In the past month or two, it has become fashionable to highlight the shortfalls of our electrical grid, with high-profile names like Al Gore, Barack Obama and T. Boone Pickens calling for increased investment in our power-carrying highways.
Just recenty, the two big Gs Google and General Electric announced a plan to collaborate on new technologies and policy initiatives that would expand transmission capacity and push development of the smart grid.
"The current regulatory and economic model is failing to drive the innovation and investment we need in today's electric grid," the companies said in a joint statement.
Without dramatic improvements in grid infrastructure, they said we won't be able to tap the full potential of renewable energy and electric transportation.
Here in Ontario a similar message is being heard and promoted.
The Independent Electricity System Operator has already created a smart grid forum, composed of industry executives and experts who plan to come out with a white paper this fall, recommending ways to move forward on smart-grid development.
Energy and Infrastructure Minister George Smitherman recently directed Ontario's power authority to review and "fine tune" its 20-year power system plan through attempts to add more renewables wind, solar, biomass, geothermal to the mix. Part of this review will look at "improvement of transmission capacity" in parts of Ontario where grid infrastructure is holding back development of renewable-energy projects.
Smitherman, speaking to a crowd of energy-industry officials in Niagara Falls, Ont., made it clear that we have to do things differently to tap the full benefits of green power. "Make no mistake. We are in the midst of an energy renaissance," he said. "We aren't just overhauling the infrastructure of our energy system, but the very philosophy of how we will power our homes, our businesses, our communities, indeed our cars, for decades to come."
The energy minister emphasized: "We want to get it right."
This is potentially good news for inventors like Jovan Bebic, an expert in FACTs, or Flexible AC Transmission Systems. Without going into too much detail, FACTs are power electronics devices connected to the transmission system as a way to better control the flow of electricity through the grid.
Some FACTs devices are used on the grid today, but they are either limited in what they can do or come at considerable cost and size. Bebic saw a problem that needed solving, so from 1999 to 2003 he earned his PhD at the University of Toronto trying to design a better, cheaper device for controlling power flows on the grid.
He ended up inventing the Hybrid Power Flow Controller, which has the capabilities of a high-end FACTs device but can be added to the transmission system as a retrofit making existing, more common devices with names like ''switched shunt capacitors'' or ''static VAR compensators'' behave like FACTs devices, but at far less cost.
It's not sexy like solar or wind generation, but eye-glazing descriptions aside, this is important stuff. Bebic's device gives utilities more control over how power flows on their transmission systems, but as an affordable retrofit rather than an expensive add-on.
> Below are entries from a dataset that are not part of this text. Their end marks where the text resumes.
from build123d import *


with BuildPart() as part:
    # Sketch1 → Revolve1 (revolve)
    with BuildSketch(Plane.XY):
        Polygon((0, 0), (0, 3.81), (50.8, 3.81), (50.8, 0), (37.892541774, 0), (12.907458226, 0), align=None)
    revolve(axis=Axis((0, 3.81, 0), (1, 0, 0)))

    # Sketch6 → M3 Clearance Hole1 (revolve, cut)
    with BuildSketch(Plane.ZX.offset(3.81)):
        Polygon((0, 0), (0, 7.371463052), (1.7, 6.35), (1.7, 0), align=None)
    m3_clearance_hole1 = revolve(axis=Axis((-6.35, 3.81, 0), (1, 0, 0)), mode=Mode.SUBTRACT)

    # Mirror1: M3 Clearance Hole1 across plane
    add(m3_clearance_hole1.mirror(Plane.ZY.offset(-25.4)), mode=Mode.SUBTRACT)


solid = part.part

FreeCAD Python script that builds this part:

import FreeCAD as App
import Part
import Sketcher

V = App.Vector
Q = App.Units.Quantity


def add_polygon(sketch, points):
    """Adds a closed chain of lines whose ends are joined by coincident constraints."""
    first, n = sketch.GeometryCount, len(points)
    for a, b in zip(points, points[1:] + points[:1]):
        sketch.addGeometry(Part.LineSegment(App.Vector(*a, 0), App.Vector(*b, 0)), False)
    for i in range(n):
        sketch.addConstraint(Sketcher.Constraint("Coincident", first + i, 2, first + (i + 1) % n, 1))

doc = App.newDocument("Part")
body = doc.addObject("PartDesign::Body", "Body")

sketch1 = doc.addObject("Sketcher::SketchObject", "Sketch")
body.addObject(sketch1)
sketch1.AttachmentSupport = (doc.XY_Plane, [""])
sketch1.MapMode = "FlatFace"
add_polygon(sketch1, [(0, 3.8), (0, 0), (50.8, 0), (50.8, 3.8)])
sketch1.addGeometry(Part.LineSegment(V(0, 3.8, 0), V(50.8, 3.8, 0)), True)
sketch1.addConstraint(Sketcher.Constraint("Vertical", 0))
sketch1.addConstraint(Sketcher.Constraint("Horizontal", 1))
sketch1.addConstraint(Sketcher.Constraint("Vertical", 2))
sketch1.addConstraint(Sketcher.Constraint("Horizontal", 3))
sketch1.addConstraint(Sketcher.Constraint("Horizontal", 4))
sketch1.addConstraint(Sketcher.Constraint("Coincident", 0, 2, -1, 1))
sketch1.addConstraint(Sketcher.Constraint("Coincident", 4, 1, 3, 2))
sketch1.addConstraint(Sketcher.Constraint("Vertical", 1, 2, 4, 2))
sketch1.addConstraint(Sketcher.Constraint("DistanceX", 1, 1, 1, 2, Q("2 in")))
sketch1.addConstraint(Sketcher.Constraint("DistanceY", 0, 2, 0, 1, Q("0.15 in")))
revolution = doc.addObject("PartDesign::Revolution", "Revolution")
body.addObject(revolution)
revolution.Profile = sketch1
revolution.ReferenceAxis = (sketch1, ["Axis0"])
revolution.Angle = 360

sketch2 = doc.addObject("Sketcher::SketchObject", "Sketch001")
body.addObject(sketch2)
sketch2.AttachmentSupport = (doc.XZ_Plane, [""])
sketch2.MapMode = "FlatFace"
sketch2.AttachmentOffset = App.Placement(V(0, 0, -0.15 * 25.4), App.Rotation())
add_polygon(sketch2, [(7.4, 0), (0, 0), (0, 1.7), (6.3, 1.7)])
sketch2.addConstraint(Sketcher.Constraint("Horizontal", 0))
sketch2.addConstraint(Sketcher.Constraint("Vertical", 1))
sketch2.addConstraint(Sketcher.Constraint("Horizontal", 2))
sketch2.addConstraint(Sketcher.Constraint("Coincident", 0, 2, -1, 1))
sketch2.addConstraint(Sketcher.Constraint("Angle", 3, Q("-59 deg")))
sketch2.addConstraint(Sketcher.Constraint("DistanceX", 2, 1, 2, 2, Q("0.25 in")))
sketch2.addConstraint(Sketcher.Constraint("DistanceY", 1, 1, 1, 2, 1.7))
groove = doc.addObject("PartDesign::Groove", "Groove")
body.addObject(groove)
groove.Profile = sketch2
groove.ReferenceAxis = (sketch2, ["H_Axis"])
groove.Angle = 360
doc.recompute()

datumplane = doc.addObject("PartDesign::Plane", "DatumPlane")
body.addObject(datumplane)
datumplane.AttachmentSupport = (doc.YZ_Plane, [""])
datumplane.MapMode = "FlatFace"
datumplane.AttachmentOffset = App.Placement(V(0, 0, 1 * 25.4), App.Rotation())
mirrored = doc.addObject("PartDesign::Mirrored", "Mirrored")
body.addObject(mirrored)
mirrored.Originals = [groove]
mirrored.MirrorPlane = (datumplane, [""])
body.Tip = mirrored

doc.recompute()
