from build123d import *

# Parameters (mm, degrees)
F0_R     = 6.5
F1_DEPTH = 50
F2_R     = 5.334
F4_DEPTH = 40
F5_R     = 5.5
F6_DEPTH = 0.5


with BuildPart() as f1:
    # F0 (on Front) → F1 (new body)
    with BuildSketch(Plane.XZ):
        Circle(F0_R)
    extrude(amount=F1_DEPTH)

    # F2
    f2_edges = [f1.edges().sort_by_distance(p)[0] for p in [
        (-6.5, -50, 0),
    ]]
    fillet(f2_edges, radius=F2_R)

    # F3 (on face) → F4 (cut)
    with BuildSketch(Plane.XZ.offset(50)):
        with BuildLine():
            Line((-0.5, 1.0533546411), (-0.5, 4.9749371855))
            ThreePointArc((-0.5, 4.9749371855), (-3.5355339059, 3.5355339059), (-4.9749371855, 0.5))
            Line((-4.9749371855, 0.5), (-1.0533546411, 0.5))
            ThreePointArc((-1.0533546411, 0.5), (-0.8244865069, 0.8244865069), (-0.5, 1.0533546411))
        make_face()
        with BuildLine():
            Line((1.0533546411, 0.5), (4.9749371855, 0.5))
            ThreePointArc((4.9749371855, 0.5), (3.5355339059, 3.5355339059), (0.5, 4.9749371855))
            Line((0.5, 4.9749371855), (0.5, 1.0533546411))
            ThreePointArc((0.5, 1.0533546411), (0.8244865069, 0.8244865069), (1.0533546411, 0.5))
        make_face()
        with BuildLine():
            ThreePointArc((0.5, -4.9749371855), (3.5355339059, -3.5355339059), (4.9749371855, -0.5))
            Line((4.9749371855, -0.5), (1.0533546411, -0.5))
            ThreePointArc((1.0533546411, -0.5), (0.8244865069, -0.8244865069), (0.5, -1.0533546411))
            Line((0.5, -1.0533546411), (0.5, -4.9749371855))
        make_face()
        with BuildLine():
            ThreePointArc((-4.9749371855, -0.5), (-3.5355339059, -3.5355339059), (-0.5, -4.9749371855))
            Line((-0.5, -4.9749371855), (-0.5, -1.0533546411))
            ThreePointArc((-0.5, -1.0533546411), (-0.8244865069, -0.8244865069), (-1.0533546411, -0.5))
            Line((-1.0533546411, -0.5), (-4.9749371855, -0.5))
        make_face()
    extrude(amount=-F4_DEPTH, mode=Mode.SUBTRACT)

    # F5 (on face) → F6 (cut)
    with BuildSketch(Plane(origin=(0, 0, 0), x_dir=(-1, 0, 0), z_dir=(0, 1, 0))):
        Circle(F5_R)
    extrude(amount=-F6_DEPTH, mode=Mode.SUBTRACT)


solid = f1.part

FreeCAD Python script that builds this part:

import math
import FreeCAD as App
import Part
import Sketcher

V = App.Vector


def edges_at(feature, points):
    """Names of the edges that pass closest to the given points."""
    edges = feature.Shape.Edges
    near = lambda p: min(range(len(edges)), key=lambda i: edges[i].distToShape(Part.Vertex(*p))[0])
    return sorted({f"Edge{near(p) + 1}" for p in points})

doc = App.newDocument("Part")
body = doc.addObject("PartDesign::Body", "Body")

# Sketch on XZ plane
sketch1 = doc.addObject("Sketcher::SketchObject", "Sketch")
body.addObject(sketch1)
sketch1.AttachmentSupport = (doc.XZ_Plane, [""])
sketch1.MapMode = "FlatFace"
sketch1.addGeometry(Part.Circle(V(0, 0, 0), V(0, 0, 1), 6), False)
sketch1.addConstraint(Sketcher.Constraint("Coincident", 0, 3, -1, 1))
sketch1.addConstraint(Sketcher.Constraint("Diameter", 0, 13.0))
pad1 = doc.addObject("PartDesign::Pad", "Pad")
body.addObject(pad1)
pad1.Profile = sketch1
pad1.Length = 50
doc.recompute()

fillet = doc.addObject("PartDesign::Fillet", "Fillet")
body.addObject(fillet)
fillet.Base = (pad1, edges_at(pad1, [(-6.5, -50, 0)]))
fillet.Radius = 5.334

# Sketch on XZ plane
sketch2 = doc.addObject("Sketcher::SketchObject", "Sketch001")
body.addObject(sketch2)
sketch2.AttachmentSupport = (doc.XZ_Plane, [""])
sketch2.MapMode = "FlatFace"
sketch2.AttachmentOffset = App.Placement(V(0, 0, 50), App.Rotation())
sketch2.addGeometry(Part.LineSegment(V(-0.5, 1.1, 0), V(-0.5, 5, 0)), False)
sketch2.addGeometry(Part.ArcOfCircle(Part.Circle(V(0, 0, 0), V(0, 0, 1), 5), math.radians(96), math.radians(174)), False)
sketch2.addGeometry(Part.LineSegment(V(-5, 0.5, 0), V(-1.1, 0.5, 0)), False)
sketch2.addGeometry(Part.ArcOfCircle(Part.Circle(V(0, 0, 0), V(0, 0, 1), 1.2), math.radians(115), math.radians(155)), False)
sketch2.addGeometry(Part.LineSegment(V(1.1, 0.5, 0), V(5, 0.5, 0)), False)
sketch2.addGeometry(Part.ArcOfCircle(Part.Circle(V(0, 0, 0), V(0, 0, 1), 5), math.radians(6), math.radians(84)), False)
sketch2.addGeometry(Part.LineSegment(V(0.5, 5, 0), V(0.5, 1.1, 0)), False)
sketch2.addGeometry(Part.ArcOfCircle(Part.Circle(V(0, 0, 0), V(0, 0, 1), 1.2), math.radians(25), math.radians(65)), False)
sketch2.addGeometry(Part.ArcOfCircle(Part.Circle(V(0, 0, 0), V(0, 0, 1), 5), math.radians(-84), math.radians(-6)), False)
sketch2.addGeometry(Part.LineSegment(V(5, -0.5, 0), V(1.1, -0.5, 0)), False)
sketch2.addGeometry(Part.ArcOfCircle(Part.Circle(V(0, 0, 0), V(0, 0, 1), 1.2), math.radians(-65), math.radians(-25)), False)
sketch2.addGeometry(Part.LineSegment(V(0.5, -1.1, 0), V(0.5, -5, 0)), False)
sketch2.addGeometry(Part.ArcOfCircle(Part.Circle(V(0, 0, 0), V(0, 0, 1), 5), math.radians(-174), math.radians(-96)), False)
sketch2.addGeometry(Part.LineSegment(V(-0.5, -5, 0), V(-0.5, -1.1, 0)), False)
sketch2.addGeometry(Part.ArcOfCircle(Part.Circle(V(0, 0, 0), V(0, 0, 1), 1.2), math.radians(-155), math.radians(-115)), False)
sketch2.addGeometry(Part.LineSegment(V(-1.1, -0.5, 0), V(-5, -0.5, 0)), False)
sketch2.addConstraint(Sketcher.Constraint("Coincident", 0, 2, 1, 1))
sketch2.addConstraint(Sketcher.Constraint("Coincident", 1, 2, 2, 1))
sketch2.addConstraint(Sketcher.Constraint("Coincident", 2, 2, 3, 2))
sketch2.addConstraint(Sketcher.Constraint("Coincident", 3, 1, 0, 1))
sketch2.addConstraint(Sketcher.Constraint("Coincident", 4, 2, 5, 1))
sketch2.addConstraint(Sketcher.Constraint("Coincident", 5, 2, 6, 1))
sketch2.addConstraint(Sketcher.Constraint("Coincident", 6, 2, 7, 2))
sketch2.addConstraint(Sketcher.Constraint("Coincident", 7, 1, 4, 1))
sketch2.addConstraint(Sketcher.Constraint("Coincident", 8, 2, 9, 1))
sketch2.addConstraint(Sketcher.Constraint("Coincident", 9, 2, 10, 2))
sketch2.addConstraint(Sketcher.Constraint("Coincident", 10, 1, 11, 1))
sketch2.addConstraint(Sketcher.Constraint("Coincident", 11, 2, 8, 1))
sketch2.addConstraint(Sketcher.Constraint("Coincident", 12, 2, 13, 1))
sketch2.addConstraint(Sketcher.Constraint("Coincident", 13, 2, 14, 2))
sketch2.addConstraint(Sketcher.Constraint("Coincident", 14, 1, 15, 1))
sketch2.addConstraint(Sketcher.Constraint("Coincident", 15, 2, 12, 1))
sketch2.addConstraint(Sketcher.Constraint("Vertical", 0))
sketch2.addConstraint(Sketcher.Constraint("Horizontal", 2))
sketch2.addConstraint(Sketcher.Constraint("Horizontal", 4))
sketch2.addConstraint(Sketcher.Constraint("Vertical", 6))
sketch2.addConstraint(Sketcher.Constraint("Horizontal", 9))
sketch2.addConstraint(Sketcher.Constraint("Vertical", 11))
sketch2.addConstraint(Sketcher.Constraint("Vertical", 13))
sketch2.addConstraint(Sketcher.Constraint("Horizontal", 15))
sketch2.addConstraint(Sketcher.Constraint("Coincident", 1, 3, -1, 1))
sketch2.addConstraint(Sketcher.Constraint("Coincident", 3, 3, -1, 1))
sketch2.addConstraint(Sketcher.Constraint("Coincident", 5, 3, -1, 1))
sketch2.addConstraint(Sketcher.Constraint("Coincident", 7, 3, -1, 1))
sketch2.addConstraint(Sketcher.Constraint("Coincident", 8, 3, -1, 1))
sketch2.addConstraint(Sketcher.Constraint("Coincident", 10, 3, -1, 1))
sketch2.addConstraint(Sketcher.Constraint("Coincident", 12, 3, -1, 1))
sketch2.addConstraint(Sketcher.Constraint("Coincident", 14, 3, -1, 1))
sketch2.addConstraint(Sketcher.Constraint("Equal", 1, 5))
sketch2.addConstraint(Sketcher.Constraint("Equal", 3, 7))
sketch2.addConstraint(Sketcher.Constraint("Equal", 5, 8))
sketch2.addConstraint(Sketcher.Constraint("Equal", 7, 10))
sketch2.addConstraint(Sketcher.Constraint("Equal", 8, 12))
sketch2.addConstraint(Sketcher.Constraint("Equal", 10, 14))
sketch2.addConstraint(Sketcher.Constraint("Horizontal", 2, 2, 4, 2))
sketch2.addConstraint(Sketcher.Constraint("Horizontal", 0, 2, 5, 2))
sketch2.addConstraint(Sketcher.Constraint("Horizontal", 11, 2, 12, 2))
sketch2.addConstraint(Sketcher.Constraint("Horizontal", 9, 2, 14, 1))
sketch2.addConstraint(Sketcher.Constraint("Vertical", 4, 2, 8, 2))
sketch2.addConstraint(Sketcher.Constraint("Vertical", 6, 2, 10, 1))
sketch2.addConstraint(Sketcher.Constraint("Equal", 15, 0))
sketch2.addConstraint(Sketcher.Constraint("Radius", 1, 5.0))
sketch2.addConstraint(Sketcher.Constraint("Radius", 3, 1.166))
sketch2.addConstraint(Sketcher.Constraint("DistanceX", 0, 2, 5, 2, 1.0))
pocket1 = doc.addObject("PartDesign::Pocket", "Pocket")
body.addObject(pocket1)
pocket1.Profile = sketch2
pocket1.Length = 40

# Sketch on XZ plane
sketch3 = doc.addObject("Sketcher::SketchObject", "Sketch002")
body.addObject(sketch3)
sketch3.AttachmentSupport = (doc.XZ_Plane, [""])
sketch3.MapMode = "FlatFace"
sketch3.addGeometry(Part.Circle(V(0, 0, 0), V(0, 0, 1), 6), False)
sketch3.addConstraint(Sketcher.Constraint("Coincident", 0, 3, -1, 1))
sketch3.addConstraint(Sketcher.Constraint("Diameter", 0, 11.0))
pocket2 = doc.addObject("PartDesign::Pocket", "Pocket001")
body.addObject(pocket2)
pocket2.Profile = sketch3
pocket2.Length = 0.5
pocket2.Reversed = True

doc.recompute()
"You can tap into more renewables, and you can tap into more distant generation with it,'' he says. ''If you put a substantial quantity of wind on the system, you will have flows you've never seen before (so)... you want to see higher controllability of that power."
The bottom line "is that it provides muscle for the smart grid."
Problem is, like any small venture trying to do business with the big boys especially ultra-conservative transmission utilities it's tough to find someone to test out such devices. "Utilities are fast followers but they're not very good at doing things first," Bebic says.
This contrasts with power generators, which in an environment of mandates and incentives and likely carbon pricing have more aggressively pursued new generation technologies, such as solar.
But that could soon change with the realization that we've massively underinvested in our transmission infrastructure. What needs to happen now, says Bebic, is to come up with a market model for valuing "controllability" much like we place a value on generation in the electricity bidding marketplace.
For example, it's 4 p.m. and energy consumption is reaching its peak. What usually happens is the market operator who buys and sells electricity so that supply and demand is balanced will pay a premium to fire up a natural gas "super peaker" plant.
Bebic says a potentially cheaper option is to pay for better controllability by using power flow devices on an otherwise crowded transmission line to direct more wind and hydroelectric power from, say, Northern Ontario to Toronto.
It's not unlike how the Internet can choose an alternative path to deliver data if one path is too congested. If those who owned "control" and those who owned "generation" bid into the market equally, "you could create an entire market for these power electronics devices, and it would let us run the system more efficiently."
It might also defer the need to spend billions of dollars on new transmission lines, which as we move toward renewables and more distributed generation will need a lot more muscle, flexibility and smarts.